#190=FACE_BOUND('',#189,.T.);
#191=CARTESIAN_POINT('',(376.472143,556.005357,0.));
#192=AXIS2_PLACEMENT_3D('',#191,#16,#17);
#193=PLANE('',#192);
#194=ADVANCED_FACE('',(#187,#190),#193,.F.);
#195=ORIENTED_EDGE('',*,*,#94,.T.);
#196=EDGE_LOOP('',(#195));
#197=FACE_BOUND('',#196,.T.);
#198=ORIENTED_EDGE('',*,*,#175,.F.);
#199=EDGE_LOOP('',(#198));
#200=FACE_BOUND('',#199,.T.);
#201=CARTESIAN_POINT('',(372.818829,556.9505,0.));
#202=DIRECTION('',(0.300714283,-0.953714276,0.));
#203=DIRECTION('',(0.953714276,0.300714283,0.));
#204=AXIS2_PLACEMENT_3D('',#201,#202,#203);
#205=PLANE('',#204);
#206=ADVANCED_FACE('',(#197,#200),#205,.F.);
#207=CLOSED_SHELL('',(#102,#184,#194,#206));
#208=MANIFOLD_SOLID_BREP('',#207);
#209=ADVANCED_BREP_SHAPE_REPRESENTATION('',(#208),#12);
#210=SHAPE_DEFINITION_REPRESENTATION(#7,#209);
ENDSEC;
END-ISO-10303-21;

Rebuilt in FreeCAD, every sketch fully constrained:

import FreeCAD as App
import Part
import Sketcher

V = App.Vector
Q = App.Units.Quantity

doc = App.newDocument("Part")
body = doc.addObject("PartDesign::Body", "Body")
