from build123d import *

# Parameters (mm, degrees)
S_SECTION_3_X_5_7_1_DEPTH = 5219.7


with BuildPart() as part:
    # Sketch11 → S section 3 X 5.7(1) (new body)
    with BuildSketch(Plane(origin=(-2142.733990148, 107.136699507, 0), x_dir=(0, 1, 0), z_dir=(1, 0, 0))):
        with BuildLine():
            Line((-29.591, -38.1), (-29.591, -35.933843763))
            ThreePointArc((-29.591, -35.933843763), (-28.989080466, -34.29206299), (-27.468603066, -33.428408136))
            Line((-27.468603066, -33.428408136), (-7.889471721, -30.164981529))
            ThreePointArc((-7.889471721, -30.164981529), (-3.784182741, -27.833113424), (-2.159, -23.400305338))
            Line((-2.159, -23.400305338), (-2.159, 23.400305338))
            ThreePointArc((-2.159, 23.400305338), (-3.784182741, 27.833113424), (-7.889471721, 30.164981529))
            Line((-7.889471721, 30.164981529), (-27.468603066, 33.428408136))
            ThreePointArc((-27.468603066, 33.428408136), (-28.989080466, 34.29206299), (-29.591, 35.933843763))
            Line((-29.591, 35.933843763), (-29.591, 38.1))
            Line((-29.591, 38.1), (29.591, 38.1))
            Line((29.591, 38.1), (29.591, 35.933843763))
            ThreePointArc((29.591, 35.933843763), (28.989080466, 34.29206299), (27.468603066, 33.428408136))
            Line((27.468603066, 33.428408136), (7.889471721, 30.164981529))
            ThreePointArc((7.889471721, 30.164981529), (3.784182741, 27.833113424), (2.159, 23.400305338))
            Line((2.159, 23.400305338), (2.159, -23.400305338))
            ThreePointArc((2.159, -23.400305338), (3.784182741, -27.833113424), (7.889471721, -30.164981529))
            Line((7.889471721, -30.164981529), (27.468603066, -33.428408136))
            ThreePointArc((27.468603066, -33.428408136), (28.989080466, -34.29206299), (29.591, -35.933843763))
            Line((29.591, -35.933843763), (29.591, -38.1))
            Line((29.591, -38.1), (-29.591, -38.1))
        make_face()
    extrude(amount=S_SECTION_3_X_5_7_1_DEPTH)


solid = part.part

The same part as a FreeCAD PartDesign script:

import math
import FreeCAD as App
import Part
import Sketcher
Q = App.Units.Quantity

doc = App.newDocument("Part")
body = doc.addObject("PartDesign::Body", "Body")

# Sketch on YZ plane
sketch1 = doc.addObject("Sketcher::SketchObject", "Sketch")
body.addObject(sketch1)
sketch1.AttachmentSupport = (doc.YZ_Plane, [""])
sketch1.MapMode = "FlatFace"
sketch1.AttachmentOffset = App.Placement(App.Vector(0, 0, -2142.73399), App.Rotation())
sketch1.addGeometry([
    Part.LineSegment(App.Vector(77.5, -35.9, 0), App.Vector(77.5, -38.1, 0)),  # 0
    Part.LineSegment(App.Vector(77.5, -38.1, 0), App.Vector(136.7, -38.1, 0)),  # 1
    Part.LineSegment(App.Vector(136.7, -38.1, 0), App.Vector(136.7, -35.9, 0)),  # 2
    Part.ArcOfCircle(Part.Circle(App.Vector(134.2, -35.9, 0), App.Vector(0, 0, 1), 2.5), math.radians(0), math.radians(81)),  # 3
    Part.LineSegment(App.Vector(134.6, -33.4, 0), App.Vector(115, -30.2, 0)),  # 4
    Part.ArcOfCircle(Part.Circle(App.Vector(116.2, -23.4, 0), App.Vector(0, 0, 1), 6.9), math.radians(-180), math.radians(-99)),  # 5
    Part.LineSegment(App.Vector(109.3, -23.4, 0), App.Vector(109.3, 23.4, 0)),  # 6
    Part.ArcOfCircle(Part.Circle(App.Vector(116.2, 23.4, 0), App.Vector(0, 0, 1), 6.9), math.radians(99), math.radians(180)),  # 7
    Part.LineSegment(App.Vector(115, 30.2, 0), App.Vector(134.6, 33.4, 0)),  # 8
    Part.ArcOfCircle(Part.Circle(App.Vector(134.2, 35.9, 0), App.Vector(0, 0, 1), 2.5), math.radians(-81), math.radians(0)),  # 9
    Part.LineSegment(App.Vector(136.7, 35.9, 0), App.Vector(136.7, 38.1, 0)),  # 10
    Part.LineSegment(App.Vector(136.7, 38.1, 0), App.Vector(77.5, 38.1, 0)),  # 11
    Part.LineSegment(App.Vector(77.5, 38.1, 0), App.Vector(77.5, 35.9, 0)),  # 12
    Part.ArcOfCircle(Part.Circle(App.Vector(80.1, 35.9, 0), App.Vector(0, 0, 1), 2.5), math.radians(-180), math.radians(-99)),  # 13
    Part.LineSegment(App.Vector(79.7, 33.4, 0), App.Vector(99.2, 30.2, 0)),  # 14
    Part.ArcOfCircle(Part.Circle(App.Vector(98.1, 23.4, 0), App.Vector(0, 0, 1), 6.9), math.radians(0), math.radians(81)),  # 15
    Part.LineSegment(App.Vector(105, 23.4, 0), App.Vector(105, -23.4, 0)),  # 16
    Part.ArcOfCircle(Part.Circle(App.Vector(98.1, -23.4, 0), App.Vector(0, 0, 1), 6.9), math.radians(-81), math.radians(0)),  # 17
    Part.LineSegment(App.Vector(99.2, -30.2, 0), App.Vector(79.7, -33.4, 0)),  # 18
    Part.ArcOfCircle(Part.Circle(App.Vector(80.1, -35.9, 0), App.Vector(0, 0, 1), 2.5), math.radians(99), math.radians(180)),  # 19
], False)
sketch1.addConstraint([
    Sketcher.Constraint("Coincident", 0, 2, 1, 1),
    Sketcher.Constraint("Coincident", 1, 2, 2, 1),
    Sketcher.Constraint("Tangent", 2, 2, 3, 1),
    Sketcher.Constraint("Tangent", 3, 2, 4, 1),
    Sketcher.Constraint("Tangent", 4, 2, 5, 2),
    Sketcher.Constraint("Tangent", 5, 1, 6, 1),
    Sketcher.Constraint("Tangent", 6, 2, 7, 2),
    Sketcher.Constraint("Tangent", 7, 1, 8, 1),
    Sketcher.Constraint("Tangent", 8, 2, 9, 1),
    Sketcher.Constraint("Tangent", 9, 2, 10, 1),
    Sketcher.Constraint("Coincident", 10, 2, 11, 1),
    Sketcher.Constraint("Coincident", 11, 2, 12, 1),
    Sketcher.Constraint("Tangent", 12, 2, 13, 1),
    Sketcher.Constraint("Tangent", 13, 2, 14, 1),
    Sketcher.Constraint("Tangent", 14, 2, 15, 2),
    Sketcher.Constraint("Tangent", 15, 1, 16, 1),
    Sketcher.Constraint("Tangent", 16, 2, 17, 2),
    Sketcher.Constraint("Tangent", 17, 1, 18, 1),
    Sketcher.Constraint("Tangent", 18, 2, 19, 1),
    Sketcher.Constraint("Tangent", 19, 2, 0, 1),
    Sketcher.Constraint("Vertical", 0),
    Sketcher.Constraint("Horizontal", 1),
    Sketcher.Constraint("Vertical", 2),
    Sketcher.Constraint("Vertical", 6),
    Sketcher.Constraint("Vertical", 10),
    Sketcher.Constraint("Horizontal", 11),
    Sketcher.Constraint("Vertical", 12),
    Sketcher.Constraint("Vertical", 16),
    Sketcher.Constraint("Equal", 5, 7),
    Sketcher.Constraint("Equal", 3, 9),
    Sketcher.Constraint("Equal", 9, 13),
    Sketcher.Constraint("Equal", 7, 15),
    Sketcher.Constraint("Equal", 15, 17),
    Sketcher.Constraint("Equal", 13, 19),
    Sketcher.Constraint("Symmetric", 3, 3, 9, 3, -1),
    Sketcher.Constraint("Symmetric", 13, 3, 19, 3, -1),
    Sketcher.Constraint("Parallel", 4, 14),
    Sketcher.Constraint("Parallel", 8, 18),
    Sketcher.Constraint("Horizontal", 9, 3, 13, 3),
    Sketcher.Constraint("Horizontal", 7, 3, 15, 3),
    Sketcher.Constraint("Horizontal", 5, 3, 17, 3),
    Sketcher.Constraint("Equal", 2, 10),
    Sketcher.Constraint("Radius", 3, Q("0.1 in")),
    Sketcher.Constraint("Radius", 5, Q("0.27 in")),
    Sketcher.Constraint("DistanceX", 1, 1, 1, 2, Q("2.33 in")),
    Sketcher.Constraint("DistanceY", 0, 2, -1, 1, Q("1.5 in")),
    Sketcher.Constraint("DistanceX", 5, 3, 3, 3, Q("0.71 in")),
    Sketcher.Constraint("DistanceY", 6, 1, 6, 2, 46.800611),
    Sketcher.Constraint("DistanceX", -1, 1, 3, 3, 134.1877),
    Sketcher.Constraint("Distance", 4, 19.84924),
])
pad1 = doc.addObject("PartDesign::Pad", "Pad")
body.addObject(pad1)
pad1.Profile = sketch1
pad1.Length = Q("205.5 in")

doc.recompute()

### Task instructions
Using the material above, quote the first line and each line after it, stopping at and including the line that holds "#199=EDGE_LOOP('',(#198));".

### Result for this task
#190=FACE_BOUND('',#189,.T.);
#191=CARTESIAN_POINT('',(376.472143,556.005357,0.));
#192=AXIS2_PLACEMENT_3D('',#191,#16,#17);
#193=PLANE('',#192);
#194=ADVANCED_FACE('',(#187,#190),#193,.F.);
#195=ORIENTED_EDGE('',*,*,#94,.T.);
#196=EDGE_LOOP('',(#195));
#197=FACE_BOUND('',#196,.T.);
#198=ORIENTED_EDGE('',*,*,#175,.F.);
#199=EDGE_LOOP('',(#198));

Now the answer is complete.